Why should the the tower in the second experiment not weigh less than the tower in the first experiment?

What aspect am I missing?

Answer 1

Also the average freefall time will be the same, because if it is true that half of the water will reach the floor earlier, the other half will fly for a longer time, compensating exactly for the lost time. [emph. added]

The error lies in the boldface portion; the compensation is not exact.

To restate the problem: We aim to either direct water up and let it fall (simple ballistic motion) or direct it to an intermediate height and then direct it up and down in such a way that some parameters match the ballistic case. Of interest is the average weight of the complete assembly, obtained by summing the dynamic impulses and static weights.

(Let the total height be $h$ and the speed to shoot water up to reach that height $h$ be $v$, where $v=\sqrt{2gh}$ from kinematics. Let's ignore drag, as we could operate in a low-pressure environment with a nonvolatile fluid if we wished.)

The two scenarios, purported to be the same in terms of the arcing-water mass transfer but paradoxically different in terms of the average total weight, are as follows:

1. Water is directed up to reach height $h$ and then falls the distance $h$. From kinematics, the total time for a complete cycle is $\Delta t=\frac{2v}{g}$. At steady state, a light tower containing mass $m$ of water still weighs $mg$ on average because—although some water is always in freefall, not contributing to the weight—the pump or launch zone and the impact zone each contribute large downward impulses at a cyclic rate of $\frac{\dot mv}{\delta t}$, where $\delta t$ is the time required to provide or remove the water's vertical momentum. Thus, we have an total impulse over the cycle of $2\dot m v=\dot m g\Delta t=mg$, which matches that of water sitting motionless. OK, no problem.

2. Water is directed up at the same rate to reach half the original height, or $\frac{h}{2}$, so the required impulse is notably less. There, it is directed (by an additional light pump) upward and downward equally so that we obtain no additional net impulse. The speeds are adjusted to exactly match those of the first case at that intermediate height. Therefore, the downward speed $v$ at the lower impact zone must also exactly match that of the first case. It seems that the average round-trip times must be the same—relative to case 1, the downward-directed water lands somewhat earlier, whereas the upward-directed water lands somewhat later—but now the assembly seems to weigh less because the ground-level pump or launching mechanism pushes down less because its output needs to reach only $\frac{h}{2}$ instead of $h$. How can this be?

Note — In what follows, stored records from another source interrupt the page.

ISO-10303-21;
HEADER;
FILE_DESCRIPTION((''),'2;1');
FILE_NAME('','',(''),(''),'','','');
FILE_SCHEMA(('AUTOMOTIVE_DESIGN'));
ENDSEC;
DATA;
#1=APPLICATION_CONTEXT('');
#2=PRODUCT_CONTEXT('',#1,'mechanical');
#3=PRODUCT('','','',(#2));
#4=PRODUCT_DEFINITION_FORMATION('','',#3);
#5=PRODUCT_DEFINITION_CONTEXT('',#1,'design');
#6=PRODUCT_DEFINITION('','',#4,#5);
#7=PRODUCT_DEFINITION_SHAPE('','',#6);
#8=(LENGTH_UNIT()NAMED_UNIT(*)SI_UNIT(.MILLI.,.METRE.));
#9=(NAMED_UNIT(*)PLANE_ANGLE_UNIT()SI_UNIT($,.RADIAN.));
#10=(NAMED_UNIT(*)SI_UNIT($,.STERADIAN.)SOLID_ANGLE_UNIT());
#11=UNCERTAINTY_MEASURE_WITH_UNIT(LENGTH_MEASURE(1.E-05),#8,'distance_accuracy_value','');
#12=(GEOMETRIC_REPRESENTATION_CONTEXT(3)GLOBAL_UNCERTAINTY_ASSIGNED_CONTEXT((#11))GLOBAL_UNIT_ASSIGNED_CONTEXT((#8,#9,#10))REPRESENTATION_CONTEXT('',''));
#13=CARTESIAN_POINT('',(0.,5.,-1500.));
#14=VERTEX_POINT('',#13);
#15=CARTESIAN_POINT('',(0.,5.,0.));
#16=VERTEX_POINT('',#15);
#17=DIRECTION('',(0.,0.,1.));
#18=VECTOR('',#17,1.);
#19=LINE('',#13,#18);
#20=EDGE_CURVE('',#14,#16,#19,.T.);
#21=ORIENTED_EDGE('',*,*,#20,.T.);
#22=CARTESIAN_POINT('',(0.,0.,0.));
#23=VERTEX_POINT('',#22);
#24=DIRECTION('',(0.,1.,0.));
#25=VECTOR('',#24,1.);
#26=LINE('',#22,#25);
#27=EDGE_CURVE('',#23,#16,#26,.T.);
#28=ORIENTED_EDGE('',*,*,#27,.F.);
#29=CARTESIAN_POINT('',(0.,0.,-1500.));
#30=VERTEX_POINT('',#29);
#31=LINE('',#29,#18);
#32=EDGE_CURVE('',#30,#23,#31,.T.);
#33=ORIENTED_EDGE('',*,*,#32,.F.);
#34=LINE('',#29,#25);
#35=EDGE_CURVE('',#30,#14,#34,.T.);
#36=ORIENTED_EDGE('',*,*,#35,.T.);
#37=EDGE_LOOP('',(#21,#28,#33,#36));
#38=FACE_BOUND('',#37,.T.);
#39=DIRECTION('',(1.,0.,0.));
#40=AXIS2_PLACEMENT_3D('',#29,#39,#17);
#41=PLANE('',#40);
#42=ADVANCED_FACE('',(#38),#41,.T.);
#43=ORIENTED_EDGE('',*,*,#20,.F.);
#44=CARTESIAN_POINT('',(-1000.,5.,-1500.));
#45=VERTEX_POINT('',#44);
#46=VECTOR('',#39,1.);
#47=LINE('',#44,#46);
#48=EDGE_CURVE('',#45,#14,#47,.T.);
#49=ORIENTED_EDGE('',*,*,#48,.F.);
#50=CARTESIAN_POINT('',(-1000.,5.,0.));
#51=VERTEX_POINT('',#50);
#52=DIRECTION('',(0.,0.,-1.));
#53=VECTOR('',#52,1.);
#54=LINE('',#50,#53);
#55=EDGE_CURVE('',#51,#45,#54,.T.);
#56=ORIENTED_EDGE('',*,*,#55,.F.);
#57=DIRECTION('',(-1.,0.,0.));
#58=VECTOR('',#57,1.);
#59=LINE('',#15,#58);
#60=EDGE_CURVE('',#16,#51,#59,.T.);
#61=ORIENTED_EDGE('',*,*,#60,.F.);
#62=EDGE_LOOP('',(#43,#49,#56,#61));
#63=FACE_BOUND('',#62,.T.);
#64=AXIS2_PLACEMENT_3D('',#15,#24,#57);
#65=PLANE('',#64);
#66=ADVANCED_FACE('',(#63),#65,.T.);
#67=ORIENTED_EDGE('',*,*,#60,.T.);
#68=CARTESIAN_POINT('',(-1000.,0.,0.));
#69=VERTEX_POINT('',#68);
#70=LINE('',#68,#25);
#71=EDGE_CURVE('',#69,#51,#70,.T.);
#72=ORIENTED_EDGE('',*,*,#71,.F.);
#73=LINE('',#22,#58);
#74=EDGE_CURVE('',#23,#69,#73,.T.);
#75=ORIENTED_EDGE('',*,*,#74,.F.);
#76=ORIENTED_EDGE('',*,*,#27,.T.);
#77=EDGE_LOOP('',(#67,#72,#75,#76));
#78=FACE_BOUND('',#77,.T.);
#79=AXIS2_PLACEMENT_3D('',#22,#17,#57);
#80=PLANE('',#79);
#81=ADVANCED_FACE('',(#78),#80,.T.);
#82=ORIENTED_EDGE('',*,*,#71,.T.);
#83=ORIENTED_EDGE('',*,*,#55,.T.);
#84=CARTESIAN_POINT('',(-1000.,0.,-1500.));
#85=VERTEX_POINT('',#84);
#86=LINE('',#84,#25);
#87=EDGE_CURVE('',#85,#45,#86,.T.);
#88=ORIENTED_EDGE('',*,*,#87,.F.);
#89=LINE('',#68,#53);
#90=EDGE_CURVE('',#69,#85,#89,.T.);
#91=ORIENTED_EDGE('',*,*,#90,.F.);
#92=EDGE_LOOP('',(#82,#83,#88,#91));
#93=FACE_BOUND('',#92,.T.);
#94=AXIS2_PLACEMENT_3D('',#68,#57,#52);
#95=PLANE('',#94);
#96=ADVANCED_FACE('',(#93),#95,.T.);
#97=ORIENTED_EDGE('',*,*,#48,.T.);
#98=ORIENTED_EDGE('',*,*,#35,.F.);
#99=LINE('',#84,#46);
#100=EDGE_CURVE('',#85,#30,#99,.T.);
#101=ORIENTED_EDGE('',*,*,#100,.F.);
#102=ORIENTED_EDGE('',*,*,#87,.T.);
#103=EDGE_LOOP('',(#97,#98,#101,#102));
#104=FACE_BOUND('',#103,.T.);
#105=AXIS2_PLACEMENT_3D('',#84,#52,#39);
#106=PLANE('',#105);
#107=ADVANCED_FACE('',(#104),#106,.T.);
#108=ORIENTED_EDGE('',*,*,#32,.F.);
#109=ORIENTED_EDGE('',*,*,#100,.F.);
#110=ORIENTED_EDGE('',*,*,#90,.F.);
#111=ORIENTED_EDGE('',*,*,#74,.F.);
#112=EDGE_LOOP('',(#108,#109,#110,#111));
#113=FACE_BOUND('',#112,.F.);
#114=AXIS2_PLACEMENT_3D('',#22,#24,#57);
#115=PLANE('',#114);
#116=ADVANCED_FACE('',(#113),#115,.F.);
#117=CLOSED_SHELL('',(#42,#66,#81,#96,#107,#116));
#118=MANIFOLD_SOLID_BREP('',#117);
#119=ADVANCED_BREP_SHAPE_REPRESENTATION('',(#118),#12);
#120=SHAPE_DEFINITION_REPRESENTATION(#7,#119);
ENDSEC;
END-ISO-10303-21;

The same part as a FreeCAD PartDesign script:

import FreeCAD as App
import Part
import Sketcher
Q = App.Units.Quantity


def add_polygon(sketch, points):
    """Adds a closed chain of lines whose ends are joined by coincident constraints."""
    first, n = sketch.GeometryCount, len(points)
    for a, b in zip(points, points[1:] + points[:1]):
        sketch.addGeometry(Part.LineSegment(App.Vector(*a, 0), App.Vector(*b, 0)), False)
    for i in range(n):
        sketch.addConstraint(Sketcher.Constraint("Coincident", first + i, 2, first + (i + 1) % n, 1))

doc = App.newDocument("Part")
params = doc.addObject("Spreadsheet::Sheet", "Params")
for row, (alias, value) in enumerate([
    ("sketch1_width", "1000 mm"),
    ("sketch1_height", "1500 mm"),
    ("pad1_length", "5 mm"),
], start=1):
    params.set(f"A{row}", alias)
    params.set(f"B{row}", "=" + value)
    params.setAlias(f"B{row}", alias)

body = doc.addObject("PartDesign::Body", "Body")

# Sketch on XZ plane
sketch1 = body.newObject("Sketcher::SketchObject", "Sketch")
sketch1.AttachmentSupport = (doc.getObject("XZ_Plane"), [""])
sketch1.MapMode = "FlatFace"
add_polygon(sketch1, [(-1000, 0), (0, 0), (0, -1500), (-1000, -1500)])  # lines 0-3
sketch1.addConstraint([
    Sketcher.Constraint("Horizontal", 0),
    Sketcher.Constraint("Vertical", 1),
    Sketcher.Constraint("Horizontal", 2),
    Sketcher.Constraint("Vertical", 3),
    Sketcher.Constraint("Coincident", 0, 2, -1, 1),
    Sketcher.Constraint("DistanceX", 0, 1, 0, 2, Q("1000 mm")),
    Sketcher.Constraint("DistanceY", 1, 2, 1, 1, Q("1500 mm")),
])
sketch1.setExpression("Constraints[9]", "Params.sketch1_width")
sketch1.setExpression("Constraints[10]", "Params.sketch1_height")
pad1 = body.newObject("PartDesign::Pad", "Pad")
pad1.Profile = sketch1
pad1.setExpression("Length", "Params.pad1_length")
pad1.Reversed = True

doc.recompute()
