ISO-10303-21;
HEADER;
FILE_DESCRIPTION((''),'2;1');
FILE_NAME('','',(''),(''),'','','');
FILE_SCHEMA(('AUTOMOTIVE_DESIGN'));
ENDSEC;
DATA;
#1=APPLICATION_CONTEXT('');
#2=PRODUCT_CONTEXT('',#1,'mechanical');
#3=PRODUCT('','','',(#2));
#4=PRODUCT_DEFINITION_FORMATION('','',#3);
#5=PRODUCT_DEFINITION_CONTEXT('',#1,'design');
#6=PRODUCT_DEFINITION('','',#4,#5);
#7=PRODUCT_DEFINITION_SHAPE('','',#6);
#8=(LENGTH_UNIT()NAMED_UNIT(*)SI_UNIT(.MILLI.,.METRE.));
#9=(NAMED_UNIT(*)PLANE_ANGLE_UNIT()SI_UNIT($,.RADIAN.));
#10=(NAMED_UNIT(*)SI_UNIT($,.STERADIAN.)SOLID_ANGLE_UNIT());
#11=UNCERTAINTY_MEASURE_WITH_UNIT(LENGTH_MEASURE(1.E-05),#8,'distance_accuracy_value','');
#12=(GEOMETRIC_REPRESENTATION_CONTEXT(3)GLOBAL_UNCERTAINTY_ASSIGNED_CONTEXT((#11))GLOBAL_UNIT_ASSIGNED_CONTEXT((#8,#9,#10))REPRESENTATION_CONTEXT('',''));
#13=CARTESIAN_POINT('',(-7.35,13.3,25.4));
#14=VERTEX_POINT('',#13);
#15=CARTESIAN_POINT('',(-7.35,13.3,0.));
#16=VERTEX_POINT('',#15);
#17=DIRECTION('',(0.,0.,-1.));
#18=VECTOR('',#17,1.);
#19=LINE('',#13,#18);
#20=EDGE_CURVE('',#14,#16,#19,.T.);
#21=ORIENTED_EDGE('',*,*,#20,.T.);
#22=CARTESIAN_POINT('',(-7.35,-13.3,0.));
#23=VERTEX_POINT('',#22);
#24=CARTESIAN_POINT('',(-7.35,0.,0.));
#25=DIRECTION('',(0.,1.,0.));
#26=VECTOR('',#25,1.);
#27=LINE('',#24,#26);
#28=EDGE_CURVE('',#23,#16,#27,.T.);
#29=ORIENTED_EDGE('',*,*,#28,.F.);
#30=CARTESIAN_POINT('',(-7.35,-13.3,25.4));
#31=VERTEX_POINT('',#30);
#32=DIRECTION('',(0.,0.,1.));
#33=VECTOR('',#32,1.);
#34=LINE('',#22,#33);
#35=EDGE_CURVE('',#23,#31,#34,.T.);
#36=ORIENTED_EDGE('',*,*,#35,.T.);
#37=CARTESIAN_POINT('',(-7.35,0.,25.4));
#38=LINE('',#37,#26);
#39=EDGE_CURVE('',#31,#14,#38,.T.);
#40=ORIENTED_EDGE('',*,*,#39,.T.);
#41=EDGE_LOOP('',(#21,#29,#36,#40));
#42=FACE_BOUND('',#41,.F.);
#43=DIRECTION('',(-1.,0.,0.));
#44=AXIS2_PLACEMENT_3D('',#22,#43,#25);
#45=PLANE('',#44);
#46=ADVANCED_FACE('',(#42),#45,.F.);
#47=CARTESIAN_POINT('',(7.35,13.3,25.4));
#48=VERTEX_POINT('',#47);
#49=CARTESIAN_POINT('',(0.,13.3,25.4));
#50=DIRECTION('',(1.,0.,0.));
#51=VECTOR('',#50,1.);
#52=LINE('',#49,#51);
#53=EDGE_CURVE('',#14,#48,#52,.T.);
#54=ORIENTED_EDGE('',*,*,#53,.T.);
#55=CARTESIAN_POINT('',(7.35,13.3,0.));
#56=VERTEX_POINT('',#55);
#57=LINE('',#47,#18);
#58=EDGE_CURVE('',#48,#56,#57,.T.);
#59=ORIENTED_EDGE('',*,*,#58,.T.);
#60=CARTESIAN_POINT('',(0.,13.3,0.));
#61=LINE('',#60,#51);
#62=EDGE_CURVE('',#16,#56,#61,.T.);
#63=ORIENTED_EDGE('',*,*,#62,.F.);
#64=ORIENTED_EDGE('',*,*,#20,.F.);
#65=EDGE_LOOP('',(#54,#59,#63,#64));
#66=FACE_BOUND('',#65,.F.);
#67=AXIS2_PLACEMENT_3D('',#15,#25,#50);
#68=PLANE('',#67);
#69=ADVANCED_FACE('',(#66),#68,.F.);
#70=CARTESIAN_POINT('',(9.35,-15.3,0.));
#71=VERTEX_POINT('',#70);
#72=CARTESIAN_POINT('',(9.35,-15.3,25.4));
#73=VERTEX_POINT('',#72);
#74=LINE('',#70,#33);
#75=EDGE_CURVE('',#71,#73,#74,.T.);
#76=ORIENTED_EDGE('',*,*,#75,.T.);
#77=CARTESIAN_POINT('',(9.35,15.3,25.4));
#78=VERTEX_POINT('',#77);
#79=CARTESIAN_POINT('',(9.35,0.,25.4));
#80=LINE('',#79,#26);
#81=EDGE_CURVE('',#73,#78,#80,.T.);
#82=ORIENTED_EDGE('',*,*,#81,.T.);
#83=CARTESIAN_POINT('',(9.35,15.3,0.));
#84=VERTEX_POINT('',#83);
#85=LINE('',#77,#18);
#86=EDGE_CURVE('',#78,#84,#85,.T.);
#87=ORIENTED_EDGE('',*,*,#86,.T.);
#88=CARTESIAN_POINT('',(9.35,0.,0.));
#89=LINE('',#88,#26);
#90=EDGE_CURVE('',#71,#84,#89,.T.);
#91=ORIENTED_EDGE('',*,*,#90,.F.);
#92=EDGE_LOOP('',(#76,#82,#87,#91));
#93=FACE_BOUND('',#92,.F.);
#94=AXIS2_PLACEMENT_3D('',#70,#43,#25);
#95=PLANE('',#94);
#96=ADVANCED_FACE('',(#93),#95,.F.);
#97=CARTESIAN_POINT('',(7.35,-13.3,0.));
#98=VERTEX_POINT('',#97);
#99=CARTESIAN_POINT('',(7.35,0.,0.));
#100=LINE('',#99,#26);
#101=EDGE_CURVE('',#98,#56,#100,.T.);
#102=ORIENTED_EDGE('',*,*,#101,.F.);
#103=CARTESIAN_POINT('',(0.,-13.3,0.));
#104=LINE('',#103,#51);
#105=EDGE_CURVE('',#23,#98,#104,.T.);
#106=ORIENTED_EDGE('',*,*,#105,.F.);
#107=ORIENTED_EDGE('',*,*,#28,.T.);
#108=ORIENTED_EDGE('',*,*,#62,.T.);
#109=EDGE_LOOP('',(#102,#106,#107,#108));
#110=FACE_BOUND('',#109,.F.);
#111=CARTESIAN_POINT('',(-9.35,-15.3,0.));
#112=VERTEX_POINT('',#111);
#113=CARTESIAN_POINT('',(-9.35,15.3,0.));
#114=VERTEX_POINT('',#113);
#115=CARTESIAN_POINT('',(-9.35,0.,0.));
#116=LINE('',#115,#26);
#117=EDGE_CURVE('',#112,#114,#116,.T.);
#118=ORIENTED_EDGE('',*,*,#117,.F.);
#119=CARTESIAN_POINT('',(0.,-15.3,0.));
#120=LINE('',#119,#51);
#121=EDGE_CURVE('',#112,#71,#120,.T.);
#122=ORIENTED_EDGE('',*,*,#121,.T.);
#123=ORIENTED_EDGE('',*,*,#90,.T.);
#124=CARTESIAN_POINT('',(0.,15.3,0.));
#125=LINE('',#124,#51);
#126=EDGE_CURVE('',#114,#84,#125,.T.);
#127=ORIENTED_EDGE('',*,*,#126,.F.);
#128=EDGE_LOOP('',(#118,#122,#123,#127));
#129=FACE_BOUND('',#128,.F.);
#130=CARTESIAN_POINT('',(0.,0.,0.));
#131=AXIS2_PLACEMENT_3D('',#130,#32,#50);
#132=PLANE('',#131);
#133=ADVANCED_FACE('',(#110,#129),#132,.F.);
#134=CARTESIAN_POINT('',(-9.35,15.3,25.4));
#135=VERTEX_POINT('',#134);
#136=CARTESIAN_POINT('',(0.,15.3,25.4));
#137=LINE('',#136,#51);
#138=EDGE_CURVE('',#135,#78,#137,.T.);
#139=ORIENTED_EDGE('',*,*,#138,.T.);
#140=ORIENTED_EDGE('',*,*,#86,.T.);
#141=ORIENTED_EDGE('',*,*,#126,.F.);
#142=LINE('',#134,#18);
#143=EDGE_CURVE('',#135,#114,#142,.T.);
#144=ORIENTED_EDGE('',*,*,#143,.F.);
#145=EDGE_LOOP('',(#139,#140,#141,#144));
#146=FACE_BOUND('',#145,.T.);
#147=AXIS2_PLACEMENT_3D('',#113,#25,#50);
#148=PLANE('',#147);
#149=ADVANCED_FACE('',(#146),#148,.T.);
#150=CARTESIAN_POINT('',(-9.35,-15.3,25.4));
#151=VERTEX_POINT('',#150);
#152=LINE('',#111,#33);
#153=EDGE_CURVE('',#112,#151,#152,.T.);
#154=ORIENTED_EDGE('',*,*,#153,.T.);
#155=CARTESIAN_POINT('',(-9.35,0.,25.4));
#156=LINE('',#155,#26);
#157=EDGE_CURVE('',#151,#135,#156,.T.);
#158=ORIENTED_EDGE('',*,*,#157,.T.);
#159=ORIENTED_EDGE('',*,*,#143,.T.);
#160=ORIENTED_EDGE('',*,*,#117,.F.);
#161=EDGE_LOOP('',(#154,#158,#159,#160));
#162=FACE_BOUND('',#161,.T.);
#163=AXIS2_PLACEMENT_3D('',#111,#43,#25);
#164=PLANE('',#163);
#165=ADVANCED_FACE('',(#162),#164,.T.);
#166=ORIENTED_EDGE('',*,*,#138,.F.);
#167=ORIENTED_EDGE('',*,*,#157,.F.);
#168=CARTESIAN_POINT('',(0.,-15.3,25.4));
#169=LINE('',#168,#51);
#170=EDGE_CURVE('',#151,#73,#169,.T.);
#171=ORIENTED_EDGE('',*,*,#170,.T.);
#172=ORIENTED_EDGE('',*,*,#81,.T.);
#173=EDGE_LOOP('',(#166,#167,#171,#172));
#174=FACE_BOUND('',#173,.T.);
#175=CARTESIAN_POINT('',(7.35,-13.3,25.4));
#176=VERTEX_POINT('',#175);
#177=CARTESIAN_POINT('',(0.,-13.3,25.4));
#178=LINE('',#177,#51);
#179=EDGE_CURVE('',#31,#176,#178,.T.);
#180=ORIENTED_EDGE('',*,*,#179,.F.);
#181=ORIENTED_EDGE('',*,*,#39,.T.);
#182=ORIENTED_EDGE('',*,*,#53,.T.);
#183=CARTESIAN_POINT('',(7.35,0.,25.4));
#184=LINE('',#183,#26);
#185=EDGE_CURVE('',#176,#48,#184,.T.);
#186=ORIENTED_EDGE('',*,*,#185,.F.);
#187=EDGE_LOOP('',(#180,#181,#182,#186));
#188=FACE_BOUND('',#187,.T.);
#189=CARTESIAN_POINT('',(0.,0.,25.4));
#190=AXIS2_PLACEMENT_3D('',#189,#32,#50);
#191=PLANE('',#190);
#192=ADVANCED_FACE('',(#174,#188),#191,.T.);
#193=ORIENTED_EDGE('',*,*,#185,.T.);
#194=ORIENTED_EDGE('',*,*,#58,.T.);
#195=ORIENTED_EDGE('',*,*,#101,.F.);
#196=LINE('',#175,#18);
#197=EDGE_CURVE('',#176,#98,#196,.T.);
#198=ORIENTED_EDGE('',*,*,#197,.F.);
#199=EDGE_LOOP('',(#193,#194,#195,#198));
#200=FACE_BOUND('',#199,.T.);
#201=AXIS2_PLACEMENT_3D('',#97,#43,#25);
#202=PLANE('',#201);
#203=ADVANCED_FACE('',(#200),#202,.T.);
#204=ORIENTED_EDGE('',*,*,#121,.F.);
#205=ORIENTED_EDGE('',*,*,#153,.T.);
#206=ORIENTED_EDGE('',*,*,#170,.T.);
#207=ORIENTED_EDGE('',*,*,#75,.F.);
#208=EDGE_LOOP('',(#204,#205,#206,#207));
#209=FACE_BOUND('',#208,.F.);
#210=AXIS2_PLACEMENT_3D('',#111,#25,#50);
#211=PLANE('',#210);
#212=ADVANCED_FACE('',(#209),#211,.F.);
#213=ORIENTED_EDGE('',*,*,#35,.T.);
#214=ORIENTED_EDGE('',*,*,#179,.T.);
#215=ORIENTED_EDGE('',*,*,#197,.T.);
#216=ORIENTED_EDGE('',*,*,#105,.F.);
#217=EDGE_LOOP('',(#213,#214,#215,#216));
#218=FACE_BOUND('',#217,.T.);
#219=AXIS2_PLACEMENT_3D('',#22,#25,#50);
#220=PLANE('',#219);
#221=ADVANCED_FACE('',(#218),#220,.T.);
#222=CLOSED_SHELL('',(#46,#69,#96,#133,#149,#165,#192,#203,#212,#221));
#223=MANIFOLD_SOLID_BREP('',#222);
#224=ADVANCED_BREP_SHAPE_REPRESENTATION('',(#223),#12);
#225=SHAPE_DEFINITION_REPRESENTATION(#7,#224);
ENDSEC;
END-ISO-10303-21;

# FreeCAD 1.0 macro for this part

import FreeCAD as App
import Part
import Sketcher

V = App.Vector
Q = App.Units.Quantity


def add_polygon(sketch, points):
    """Adds a closed chain of lines whose ends are joined by coincident constraints."""
    first, n = sketch.GeometryCount, len(points)
    for a, b in zip(points, points[1:] + points[:1]):
        sketch.addGeometry(Part.LineSegment(App.Vector(*a, 0), App.Vector(*b, 0)), False)
    for i in range(n):
        sketch.addConstraint(Sketcher.Constraint("Coincident", first + i, 2, first + (i + 1) % n, 1))

doc = App.newDocument("Part")
body = doc.addObject("PartDesign::Body", "Body")

# Sketch on XY plane
sketch1 = doc.addObject("Sketcher::SketchObject", "Sketch")
body.addObject(sketch1)
sketch1.AttachmentSupport = (doc.XY_Plane, [""])
sketch1.MapMode = "FlatFace"
add_polygon(sketch1, [(-9, 15), (-9, -15), (9, -15), (9, 15)])  # lines 0-3
add_polygon(sketch1, [(7, -13), (-7, -13), (-7, 13), (7, 13)])  # lines 4-7
sketch1.addConstraint([
    Sketcher.Constraint("Vertical", 0),
    Sketcher.Constraint("Horizontal", 1),
    Sketcher.Constraint("Vertical", 2),
    Sketcher.Constraint("Horizontal", 3),
    Sketcher.Constraint("Horizontal", 4),
    Sketcher.Constraint("Vertical", 5),
    Sketcher.Constraint("Horizontal", 6),
    Sketcher.Constraint("Vertical", 7),
    Sketcher.Constraint("Symmetric", 0, 2, 2, 2, -1, 1),
    Sketcher.Constraint("Symmetric", 4, 2, 6, 2, -1, 1),
    Sketcher.Constraint("DistanceX", 1, 1, 1, 2, Q("18.7 mm")),
    Sketcher.Constraint("DistanceX", 4, 2, 4, 1, Q("14.7 mm")),
    Sketcher.Constraint("DistanceY", 0, 2, 0, 1, Q("30.6 mm")),
    Sketcher.Constraint("DistanceY", 5, 1, 5, 2, Q("26.6 mm")),
])
pad1 = doc.addObject("PartDesign::Pad", "Pad")
body.addObject(pad1)
pad1.Profile = sketch1
pad1.Length = 25

# Sketch on XY plane
sketch2 = doc.addObject("Sketcher::SketchObject", "Sketch001")
body.addObject(sketch2)
sketch2.AttachmentSupport = (doc.XY_Plane, [""])
sketch2.MapMode = "FlatFace"
add_polygon(sketch2, [(-9, 15), (-9, -15), (9, -15), (9, 15)])  # lines 0-3
add_polygon(sketch2, [(7, -13), (-7, -13), (-7, 13), (7, 13)])  # lines 4-7
sketch2.addConstraint([
    Sketcher.Constraint("Vertical", 0),
    Sketcher.Constraint("Horizontal", 1),
    Sketcher.Constraint("Vertical", 2),
    Sketcher.Constraint("Horizontal", 3),
    Sketcher.Constraint("Horizontal", 4),
    Sketcher.Constraint("Vertical", 5),
    Sketcher.Constraint("Horizontal", 6),
    Sketcher.Constraint("Vertical", 7),
    Sketcher.Constraint("Symmetric", 0, 2, 2, 2, -1, 1),
    Sketcher.Constraint("Symmetric", 4, 2, 6, 2, -1, 1),
    Sketcher.Constraint("DistanceX", 1, 1, 1, 2, Q("18.7 mm")),
    Sketcher.Constraint("DistanceX", 4, 2, 4, 1, Q("14.7 mm")),
    Sketcher.Constraint("DistanceY", 0, 2, 0, 1, Q("30.6 mm")),
    Sketcher.Constraint("DistanceY", 5, 1, 5, 2, Q("26.6 mm")),
])
pad2 = doc.addObject("PartDesign::Pad", "Pad001")
body.addObject(pad2)
pad2.Profile = sketch2
pad2.Length = 25.4

doc.recompute()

Resolution: the average round-trip times are not the same. Because the water sent downward from height $\frac{h}{2}$ in case 2 arrives at the bottom relatively quickly, its residence time provides a steady load that supplements the lower impulse of the lower pump or launching mechanism to ultimately produce a total average weight of $mg$, as expected.

To illustrate this, here's an example of the motion of two water particles for case 1 (blue, where the particles stay together) and case 2 (orange, where the particles are split by the higher pump):

Note the key elements of the thought experiment: The water is motionless at height $h$ in both cases. The water always lands at the same speed, so the total impulse matches exactly between both cases. The upward and downward impulses of the higher pump in case 2 exactly offset each other. The water is shot up at a lower speed in case 2.

Again, the resolution lies in the fact that the average landing time in case 2 (midpoint of the orange landing times) precedes that of case 1 (blue landing time). Put another way, in case 2, more water sits at the bottom of the tower waiting to be reused, and this water has a weight. The original question does not account for this aspect.

(For the numbers used here, the simple arrangement of a single pump (shown in blue) produces an downward impulse rate of $\dot{m}\sqrt{2gh}$, and the double-pump arrangement (shown in orange) produces an downward impulse rate of only $\dot{m}\sqrt{gh}$, a reduction of $(1-\sqrt{2})\dot{m}\sqrt{gh}$. But the water in the second case arrives an average of $(\sqrt{2}-1)\sqrt{\frac{h}{g}}$ earlier, for an exactly offsetting impulse rate of $(-1+\sqrt{2})\dot{m}\sqrt{gh}$.)